**Instructions to follow:** Would you please retype, exactly, the lines of the listing below between the line with "v14 (731.320358,600.065863,-6.35)" and the line with "e18 v16 v15 LINE", inclusive?

***** Dataset content *****

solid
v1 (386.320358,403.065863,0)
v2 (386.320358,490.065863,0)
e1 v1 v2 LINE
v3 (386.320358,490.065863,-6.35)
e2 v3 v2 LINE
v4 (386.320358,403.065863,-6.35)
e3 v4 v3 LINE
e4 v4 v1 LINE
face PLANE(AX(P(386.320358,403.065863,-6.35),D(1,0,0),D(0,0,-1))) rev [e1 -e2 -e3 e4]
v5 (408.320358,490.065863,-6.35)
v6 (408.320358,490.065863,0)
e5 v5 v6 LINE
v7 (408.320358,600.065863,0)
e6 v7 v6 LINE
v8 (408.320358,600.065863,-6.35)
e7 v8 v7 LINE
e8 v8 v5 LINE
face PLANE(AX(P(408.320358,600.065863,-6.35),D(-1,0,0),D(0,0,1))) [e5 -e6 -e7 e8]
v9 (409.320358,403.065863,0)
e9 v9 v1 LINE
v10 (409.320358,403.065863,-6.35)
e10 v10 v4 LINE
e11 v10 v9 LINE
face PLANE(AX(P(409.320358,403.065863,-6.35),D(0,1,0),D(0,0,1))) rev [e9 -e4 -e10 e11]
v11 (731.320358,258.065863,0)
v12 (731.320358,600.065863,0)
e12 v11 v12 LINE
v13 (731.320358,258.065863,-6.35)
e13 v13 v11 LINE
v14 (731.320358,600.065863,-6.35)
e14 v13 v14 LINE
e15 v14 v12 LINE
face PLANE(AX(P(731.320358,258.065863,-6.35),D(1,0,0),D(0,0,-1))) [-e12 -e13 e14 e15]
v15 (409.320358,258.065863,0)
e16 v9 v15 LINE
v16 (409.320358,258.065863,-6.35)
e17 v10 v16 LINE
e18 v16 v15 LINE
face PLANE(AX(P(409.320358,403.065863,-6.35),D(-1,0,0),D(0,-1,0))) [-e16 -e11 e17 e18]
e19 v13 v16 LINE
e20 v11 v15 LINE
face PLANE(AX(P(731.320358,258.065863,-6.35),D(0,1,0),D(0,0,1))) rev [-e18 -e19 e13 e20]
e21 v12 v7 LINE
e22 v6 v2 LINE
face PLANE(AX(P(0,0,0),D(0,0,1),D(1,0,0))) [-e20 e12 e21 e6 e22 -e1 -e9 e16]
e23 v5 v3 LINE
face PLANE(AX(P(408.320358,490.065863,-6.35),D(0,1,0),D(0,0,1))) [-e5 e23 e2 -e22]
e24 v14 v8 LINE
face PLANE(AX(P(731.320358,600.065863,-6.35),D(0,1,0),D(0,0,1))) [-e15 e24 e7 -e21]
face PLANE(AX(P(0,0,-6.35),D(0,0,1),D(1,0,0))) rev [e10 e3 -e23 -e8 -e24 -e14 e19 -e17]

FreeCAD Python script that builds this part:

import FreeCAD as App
import Part
import Sketcher

V = App.Vector


def add_polygon(sketch, points):
    """Adds a closed chain of lines whose ends are joined by coincident constraints."""
    first, n = sketch.GeometryCount, len(points)
    for a, b in zip(points, points[1:] + points[:1]):
        sketch.addGeometry(Part.LineSegment(App.Vector(*a, 0), App.Vector(*b, 0)), False)
    for i in range(n):
        sketch.addConstraint(Sketcher.Constraint("Coincident", first + i, 2, first + (i + 1) % n, 1))

doc = App.newDocument("Part")
params = doc.addObject("Spreadsheet::Sheet", "Params")
for row, (alias, value) in enumerate([
    ("sketch1_width", "322 mm"),
    ("sketch1_width2", "323 mm"),
    ("sketch1_width3", "22 mm"),
    ("sketch1_height", "342 mm"),
    ("sketch1_height2", "110 mm"),
    ("pad1_length", "6.35 mm"),
], start=1):
    params.set(f"A{row}", alias)
    params.set(f"B{row}", "=" + value)
    params.setAlias(f"B{row}", alias)

body = doc.addObject("PartDesign::Body", "Body")

# Sketch on XY plane
sketch1 = body.newObject("Sketcher::SketchObject", "Sketch")
sketch1.AttachmentSupport = (doc.getObject("XY_Plane"), [""])
sketch1.MapMode = "FlatFace"
add_polygon(sketch1, [(409, 258), (731, 258), (731, 600), (408, 600), (408, 490), (386, 490), (386, 403), (409, 403)])  # lines 0-7
sketch1.addConstraint(Sketcher.Constraint("Horizontal", 0))
sketch1.addConstraint(Sketcher.Constraint("Vertical", 1))
sketch1.addConstraint(Sketcher.Constraint("Horizontal", 2))
sketch1.addConstraint(Sketcher.Constraint("Vertical", 3))
sketch1.addConstraint(Sketcher.Constraint("Horizontal", 4))
sketch1.addConstraint(Sketcher.Constraint("Vertical", 5))
sketch1.addConstraint(Sketcher.Constraint("Horizontal", 6))
sketch1.addConstraint(Sketcher.Constraint("Vertical", 7))
sketch1.addConstraint(Sketcher.Constraint("DistanceX", 0, 1, 0, 2, 322.0))
sketch1.addConstraint(Sketcher.Constraint("DistanceX", 2, 2, 2, 1, 323.0))
sketch1.addConstraint(Sketcher.Constraint("DistanceX", 4, 2, 4, 1, 22.0))
sketch1.addConstraint(Sketcher.Constraint("DistanceY", 1, 1, 1, 2, 342.0))
sketch1.addConstraint(Sketcher.Constraint("DistanceY", 3, 2, 3, 1, 110.0))
sketch1.addConstraint(Sketcher.Constraint("DistanceY", 5, 2, 5, 1, 87.0))
sketch1.addConstraint(Sketcher.Constraint("DistanceX", -1, 1, 0, 2, 731.320358))
sketch1.addConstraint(Sketcher.Constraint("DistanceY", -1, 1, 0, 2, 258.065863))
sketch1.setExpression("Constraints[16]", "Params.sketch1_width")
sketch1.setExpression("Constraints[17]", "Params.sketch1_width2")
sketch1.setExpression("Constraints[18]", "Params.sketch1_width3")
sketch1.setExpression("Constraints[19]", "Params.sketch1_height")
sketch1.setExpression("Constraints[20]", "Params.sketch1_height2")
pad1 = body.newObject("PartDesign::Pad", "Pad")
pad1.Profile = sketch1
pad1.setExpression("Length", "Params.pad1_length")
pad1.Reversed = True

doc.recompute()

*****

**Written solution:**
v14 (731.320358,600.065863,-6.35)
e14 v13 v14 LINE
e15 v14 v12 LINE
face PLANE(AX(P(731.320358,258.065863,-6.35),D(1,0,0),D(0,0,-1))) [-e12 -e13 e14 e15]
v15 (409.320358,258.065863,0)
e16 v9 v15 LINE
v16 (409.320358,258.065863,-6.35)
e17 v10 v16 LINE
e18 v16 v15 LINE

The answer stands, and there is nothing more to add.